Though he now gets through the song a little more easily – “you’re able to kind of disconnect from the fact that you lived it and start trying to connect with the listener” – he continues to stick to what’s true to himself when he’s creating. “The reason I wanted to write stuff is ’cause I wanted to be able to express something that I felt and have other people go, ‘Oh, I can totally relate to that,'” he says.

Though “You Ain’t Here To Kiss Me” centerpieces the “loss” side of his story, much of the album highlights love. “[He’s] a classic romantic,” Young’s publisher shared at the celebration for the #1 success of “Sleep Without You.”

Young puts it slightly differently. “I was born a giant softie, I always have been,” he says. “Sometimes it doesn’t serve me very well,” he continues with a laugh, “but I think in songwriting it allows me to, back to that word vulnerability, it allows me to kind of embrace that. I have to be careful that I don’t write 100 really sappy, sad love songs ’cause there needs to be a balance, but that’s always just kind of been who I was.”

It’s a sentiment “Sleep Without You” co-writer Kelly Archer echoed at the #1 party. Often, she shared, her role in a writing room is to gently remind her male co-writers that no girl would want to hear the lyric they’d suggested; with Young, no such nudging was ever required. Young’s lyrics are both sweet and respectful, even when the woman in question has doled out only hurt.

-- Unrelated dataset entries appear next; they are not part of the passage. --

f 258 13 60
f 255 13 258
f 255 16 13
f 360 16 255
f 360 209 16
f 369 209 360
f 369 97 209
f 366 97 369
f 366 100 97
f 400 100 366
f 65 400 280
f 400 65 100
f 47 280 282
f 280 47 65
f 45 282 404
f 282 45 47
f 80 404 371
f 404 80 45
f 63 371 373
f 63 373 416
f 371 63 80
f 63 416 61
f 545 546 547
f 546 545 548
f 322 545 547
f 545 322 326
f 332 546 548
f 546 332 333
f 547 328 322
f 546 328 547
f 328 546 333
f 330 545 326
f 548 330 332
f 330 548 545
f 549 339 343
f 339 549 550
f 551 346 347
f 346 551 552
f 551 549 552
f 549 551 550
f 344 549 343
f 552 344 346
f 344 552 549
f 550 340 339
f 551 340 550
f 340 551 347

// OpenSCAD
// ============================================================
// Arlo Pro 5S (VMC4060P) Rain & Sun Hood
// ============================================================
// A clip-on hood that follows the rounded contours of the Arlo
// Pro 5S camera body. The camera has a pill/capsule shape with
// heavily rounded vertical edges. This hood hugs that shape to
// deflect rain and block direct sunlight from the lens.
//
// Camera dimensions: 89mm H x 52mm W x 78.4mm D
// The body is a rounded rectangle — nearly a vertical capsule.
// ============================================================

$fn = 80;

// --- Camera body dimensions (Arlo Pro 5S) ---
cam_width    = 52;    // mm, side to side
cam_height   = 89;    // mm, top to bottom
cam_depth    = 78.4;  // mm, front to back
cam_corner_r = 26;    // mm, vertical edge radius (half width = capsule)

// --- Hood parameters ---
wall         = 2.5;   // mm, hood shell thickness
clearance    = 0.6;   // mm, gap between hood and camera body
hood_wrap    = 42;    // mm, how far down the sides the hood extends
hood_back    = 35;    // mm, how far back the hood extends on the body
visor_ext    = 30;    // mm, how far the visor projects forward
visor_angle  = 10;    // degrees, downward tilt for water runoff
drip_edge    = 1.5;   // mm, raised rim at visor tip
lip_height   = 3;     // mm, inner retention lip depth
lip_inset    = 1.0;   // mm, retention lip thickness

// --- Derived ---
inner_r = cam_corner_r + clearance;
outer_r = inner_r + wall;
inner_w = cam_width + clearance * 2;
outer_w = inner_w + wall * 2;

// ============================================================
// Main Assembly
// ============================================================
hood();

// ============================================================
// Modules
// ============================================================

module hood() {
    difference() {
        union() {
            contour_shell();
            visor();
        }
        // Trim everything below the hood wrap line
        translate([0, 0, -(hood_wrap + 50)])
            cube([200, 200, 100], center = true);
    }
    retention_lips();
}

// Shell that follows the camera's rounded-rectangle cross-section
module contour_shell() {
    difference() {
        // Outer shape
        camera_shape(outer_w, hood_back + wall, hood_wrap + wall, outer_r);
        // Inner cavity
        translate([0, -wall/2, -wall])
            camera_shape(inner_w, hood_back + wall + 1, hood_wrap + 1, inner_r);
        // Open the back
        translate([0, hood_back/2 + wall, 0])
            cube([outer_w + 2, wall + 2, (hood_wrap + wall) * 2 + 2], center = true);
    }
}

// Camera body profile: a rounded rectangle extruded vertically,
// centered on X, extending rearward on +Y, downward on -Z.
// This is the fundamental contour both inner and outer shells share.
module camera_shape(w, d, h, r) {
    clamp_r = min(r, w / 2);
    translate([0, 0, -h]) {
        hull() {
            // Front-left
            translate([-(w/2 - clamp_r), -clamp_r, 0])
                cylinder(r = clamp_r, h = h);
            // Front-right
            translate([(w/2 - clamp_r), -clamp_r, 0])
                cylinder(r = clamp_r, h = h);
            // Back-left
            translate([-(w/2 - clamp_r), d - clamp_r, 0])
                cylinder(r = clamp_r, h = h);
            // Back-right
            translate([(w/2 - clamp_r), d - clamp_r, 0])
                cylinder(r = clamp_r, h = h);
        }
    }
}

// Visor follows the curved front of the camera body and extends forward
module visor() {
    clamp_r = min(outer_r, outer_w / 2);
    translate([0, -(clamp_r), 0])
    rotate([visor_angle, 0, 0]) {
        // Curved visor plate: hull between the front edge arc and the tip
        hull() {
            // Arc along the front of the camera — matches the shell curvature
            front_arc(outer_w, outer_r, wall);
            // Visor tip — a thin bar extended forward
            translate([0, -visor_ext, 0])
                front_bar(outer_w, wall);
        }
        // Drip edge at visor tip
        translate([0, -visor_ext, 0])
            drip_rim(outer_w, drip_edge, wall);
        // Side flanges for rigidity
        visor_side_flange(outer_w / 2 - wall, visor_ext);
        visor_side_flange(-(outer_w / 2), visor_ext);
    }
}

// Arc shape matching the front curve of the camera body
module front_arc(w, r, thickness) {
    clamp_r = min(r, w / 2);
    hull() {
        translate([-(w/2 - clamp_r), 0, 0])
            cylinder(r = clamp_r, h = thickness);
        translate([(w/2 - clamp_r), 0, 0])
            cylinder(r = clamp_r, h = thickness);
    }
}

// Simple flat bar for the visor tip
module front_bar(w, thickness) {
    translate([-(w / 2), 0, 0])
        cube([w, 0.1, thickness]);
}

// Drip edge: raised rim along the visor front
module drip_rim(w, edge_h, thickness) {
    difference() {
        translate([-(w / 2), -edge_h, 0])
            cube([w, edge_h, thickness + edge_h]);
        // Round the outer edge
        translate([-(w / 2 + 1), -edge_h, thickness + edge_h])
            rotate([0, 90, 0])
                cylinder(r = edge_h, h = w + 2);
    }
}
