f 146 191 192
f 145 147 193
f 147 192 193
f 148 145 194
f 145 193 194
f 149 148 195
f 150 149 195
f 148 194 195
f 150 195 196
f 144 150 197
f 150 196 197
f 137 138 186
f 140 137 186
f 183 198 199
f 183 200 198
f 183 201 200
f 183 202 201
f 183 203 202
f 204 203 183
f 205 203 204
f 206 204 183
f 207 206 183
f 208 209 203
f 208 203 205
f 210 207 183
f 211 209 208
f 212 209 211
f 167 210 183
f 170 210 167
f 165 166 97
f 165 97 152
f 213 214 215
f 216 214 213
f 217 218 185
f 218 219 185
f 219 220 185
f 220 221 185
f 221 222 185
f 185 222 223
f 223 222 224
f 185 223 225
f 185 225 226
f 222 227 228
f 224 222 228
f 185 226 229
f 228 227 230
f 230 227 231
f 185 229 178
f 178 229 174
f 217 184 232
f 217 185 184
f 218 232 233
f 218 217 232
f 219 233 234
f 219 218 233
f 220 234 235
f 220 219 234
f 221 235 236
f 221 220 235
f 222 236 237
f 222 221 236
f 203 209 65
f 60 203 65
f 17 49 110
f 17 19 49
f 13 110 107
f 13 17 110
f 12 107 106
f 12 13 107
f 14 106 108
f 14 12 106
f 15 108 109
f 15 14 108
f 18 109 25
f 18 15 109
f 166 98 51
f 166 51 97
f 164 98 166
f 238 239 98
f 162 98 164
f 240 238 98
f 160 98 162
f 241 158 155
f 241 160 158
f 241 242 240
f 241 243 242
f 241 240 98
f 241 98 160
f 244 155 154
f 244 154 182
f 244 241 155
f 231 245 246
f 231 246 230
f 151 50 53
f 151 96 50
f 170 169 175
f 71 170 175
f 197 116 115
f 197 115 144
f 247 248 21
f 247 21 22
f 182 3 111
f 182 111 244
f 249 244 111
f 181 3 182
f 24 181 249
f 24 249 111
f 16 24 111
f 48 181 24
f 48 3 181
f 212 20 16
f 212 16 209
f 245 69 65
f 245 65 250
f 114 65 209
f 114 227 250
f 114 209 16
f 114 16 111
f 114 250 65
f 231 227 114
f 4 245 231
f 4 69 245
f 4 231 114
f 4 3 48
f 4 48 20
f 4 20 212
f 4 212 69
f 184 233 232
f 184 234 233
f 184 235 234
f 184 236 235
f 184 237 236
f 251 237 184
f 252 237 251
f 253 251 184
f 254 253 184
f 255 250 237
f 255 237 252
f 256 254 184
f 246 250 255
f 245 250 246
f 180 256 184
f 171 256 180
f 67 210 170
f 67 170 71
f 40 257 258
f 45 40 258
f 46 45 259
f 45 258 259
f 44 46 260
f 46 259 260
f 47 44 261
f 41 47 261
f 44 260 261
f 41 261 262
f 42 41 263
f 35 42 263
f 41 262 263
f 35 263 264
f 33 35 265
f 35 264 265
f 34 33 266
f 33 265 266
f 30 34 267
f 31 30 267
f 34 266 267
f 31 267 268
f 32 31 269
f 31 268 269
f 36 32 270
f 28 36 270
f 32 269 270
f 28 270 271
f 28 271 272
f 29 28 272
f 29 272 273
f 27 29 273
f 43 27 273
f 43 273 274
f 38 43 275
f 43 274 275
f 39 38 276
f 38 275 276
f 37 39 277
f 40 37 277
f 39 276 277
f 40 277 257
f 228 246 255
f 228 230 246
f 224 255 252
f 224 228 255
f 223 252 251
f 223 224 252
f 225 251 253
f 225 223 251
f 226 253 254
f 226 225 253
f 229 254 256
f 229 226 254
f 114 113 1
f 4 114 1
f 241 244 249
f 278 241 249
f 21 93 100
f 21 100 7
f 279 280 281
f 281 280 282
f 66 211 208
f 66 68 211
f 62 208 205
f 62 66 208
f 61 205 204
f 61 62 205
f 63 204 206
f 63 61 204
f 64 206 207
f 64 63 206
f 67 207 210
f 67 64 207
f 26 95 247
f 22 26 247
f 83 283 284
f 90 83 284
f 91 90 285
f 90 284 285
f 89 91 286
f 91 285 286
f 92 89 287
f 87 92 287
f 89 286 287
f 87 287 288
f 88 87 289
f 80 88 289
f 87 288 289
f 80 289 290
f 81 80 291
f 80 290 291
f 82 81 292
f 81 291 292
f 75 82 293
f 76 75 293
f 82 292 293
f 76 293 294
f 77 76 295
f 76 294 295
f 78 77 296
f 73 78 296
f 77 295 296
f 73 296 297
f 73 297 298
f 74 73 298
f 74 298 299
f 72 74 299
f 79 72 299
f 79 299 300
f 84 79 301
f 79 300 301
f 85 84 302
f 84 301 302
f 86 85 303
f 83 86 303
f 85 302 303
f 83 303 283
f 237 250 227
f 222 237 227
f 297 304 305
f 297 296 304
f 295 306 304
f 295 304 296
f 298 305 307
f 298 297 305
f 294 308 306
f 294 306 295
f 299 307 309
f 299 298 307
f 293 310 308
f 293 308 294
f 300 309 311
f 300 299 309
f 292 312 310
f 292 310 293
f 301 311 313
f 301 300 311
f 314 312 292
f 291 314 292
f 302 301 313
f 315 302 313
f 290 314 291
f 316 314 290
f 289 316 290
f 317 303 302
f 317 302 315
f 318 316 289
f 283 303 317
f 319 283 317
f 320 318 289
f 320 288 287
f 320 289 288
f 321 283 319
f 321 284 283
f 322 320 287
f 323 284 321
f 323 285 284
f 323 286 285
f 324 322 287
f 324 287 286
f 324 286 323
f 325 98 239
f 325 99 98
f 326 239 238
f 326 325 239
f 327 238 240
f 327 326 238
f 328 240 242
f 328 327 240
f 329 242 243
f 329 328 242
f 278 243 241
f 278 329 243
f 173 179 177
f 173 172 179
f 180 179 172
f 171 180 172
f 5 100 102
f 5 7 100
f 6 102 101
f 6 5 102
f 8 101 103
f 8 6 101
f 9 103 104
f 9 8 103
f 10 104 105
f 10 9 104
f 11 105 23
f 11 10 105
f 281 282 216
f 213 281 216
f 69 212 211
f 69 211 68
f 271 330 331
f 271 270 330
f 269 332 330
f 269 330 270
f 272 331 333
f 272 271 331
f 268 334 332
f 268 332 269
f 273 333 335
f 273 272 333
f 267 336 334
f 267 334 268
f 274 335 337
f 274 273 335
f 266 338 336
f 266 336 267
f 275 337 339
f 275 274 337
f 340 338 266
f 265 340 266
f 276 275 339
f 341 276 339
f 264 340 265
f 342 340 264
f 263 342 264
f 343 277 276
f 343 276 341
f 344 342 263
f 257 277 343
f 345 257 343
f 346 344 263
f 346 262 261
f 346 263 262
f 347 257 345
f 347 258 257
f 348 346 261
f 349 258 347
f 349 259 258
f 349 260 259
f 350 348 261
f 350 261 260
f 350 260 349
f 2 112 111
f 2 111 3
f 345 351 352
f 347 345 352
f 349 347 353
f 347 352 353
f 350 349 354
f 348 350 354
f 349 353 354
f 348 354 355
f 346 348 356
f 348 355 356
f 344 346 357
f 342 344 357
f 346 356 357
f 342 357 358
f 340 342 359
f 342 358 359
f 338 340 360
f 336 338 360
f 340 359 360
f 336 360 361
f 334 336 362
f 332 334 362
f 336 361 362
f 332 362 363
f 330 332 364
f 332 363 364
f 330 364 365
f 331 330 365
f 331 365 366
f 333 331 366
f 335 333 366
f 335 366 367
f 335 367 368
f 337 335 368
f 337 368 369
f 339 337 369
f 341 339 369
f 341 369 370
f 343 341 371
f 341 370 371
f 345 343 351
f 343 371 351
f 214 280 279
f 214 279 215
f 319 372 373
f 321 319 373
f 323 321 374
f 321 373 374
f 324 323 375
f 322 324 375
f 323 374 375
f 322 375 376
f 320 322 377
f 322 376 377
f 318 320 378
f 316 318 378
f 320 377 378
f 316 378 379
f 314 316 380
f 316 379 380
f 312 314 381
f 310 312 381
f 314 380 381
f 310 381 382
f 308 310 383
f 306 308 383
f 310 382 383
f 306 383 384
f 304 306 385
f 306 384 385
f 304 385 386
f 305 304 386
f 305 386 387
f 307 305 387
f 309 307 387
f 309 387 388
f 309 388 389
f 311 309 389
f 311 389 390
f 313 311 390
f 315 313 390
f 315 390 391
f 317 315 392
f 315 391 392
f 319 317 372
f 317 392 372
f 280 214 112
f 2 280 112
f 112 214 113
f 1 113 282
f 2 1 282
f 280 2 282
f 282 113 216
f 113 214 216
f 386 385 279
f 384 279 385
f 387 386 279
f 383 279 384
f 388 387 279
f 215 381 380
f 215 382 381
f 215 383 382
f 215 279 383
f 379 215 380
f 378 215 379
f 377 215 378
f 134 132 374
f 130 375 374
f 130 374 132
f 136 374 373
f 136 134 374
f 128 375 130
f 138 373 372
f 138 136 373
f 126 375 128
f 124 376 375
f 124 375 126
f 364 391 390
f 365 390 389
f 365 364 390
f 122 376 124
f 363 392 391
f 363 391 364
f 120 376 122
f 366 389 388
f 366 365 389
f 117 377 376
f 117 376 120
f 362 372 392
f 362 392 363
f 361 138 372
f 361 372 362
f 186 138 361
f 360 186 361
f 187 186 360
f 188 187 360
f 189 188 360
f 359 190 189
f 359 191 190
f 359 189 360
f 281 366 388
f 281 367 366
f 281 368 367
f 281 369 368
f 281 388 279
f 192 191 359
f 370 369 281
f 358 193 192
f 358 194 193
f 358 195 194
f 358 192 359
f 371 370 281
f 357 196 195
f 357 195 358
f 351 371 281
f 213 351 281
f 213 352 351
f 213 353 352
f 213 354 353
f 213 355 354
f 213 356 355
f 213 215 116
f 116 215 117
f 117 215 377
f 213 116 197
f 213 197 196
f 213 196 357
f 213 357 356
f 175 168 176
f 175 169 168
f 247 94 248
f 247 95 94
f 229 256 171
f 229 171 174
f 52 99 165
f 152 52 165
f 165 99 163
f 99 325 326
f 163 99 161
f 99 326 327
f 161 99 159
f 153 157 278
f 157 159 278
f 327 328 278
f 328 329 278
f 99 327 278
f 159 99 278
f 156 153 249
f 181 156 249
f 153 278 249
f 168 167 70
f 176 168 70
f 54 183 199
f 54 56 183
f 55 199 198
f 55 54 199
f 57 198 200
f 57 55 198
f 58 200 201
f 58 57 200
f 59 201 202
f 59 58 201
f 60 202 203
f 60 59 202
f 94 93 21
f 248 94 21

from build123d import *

In discussing the concept for current single “In Case You Didn’t Know,” Young told AllAccess, “It’s what every guy in the world has failed to say enough, and what every girl in the world has wished she could hear more.”

The same is true of Young’s view of women as a whole, which is so commendable that other men would do well to take lessons. As for how he came to that attitude? “I’d say I don’t know, except I feel like that would be disrespectful to my parents,” he says. “They’re 37-plus years married and they’re still each other’s best friend, I’ve never seen them raise their voices to each other. I think having a great example of what love is be set for me growing up, that has to have a ton to do with it.”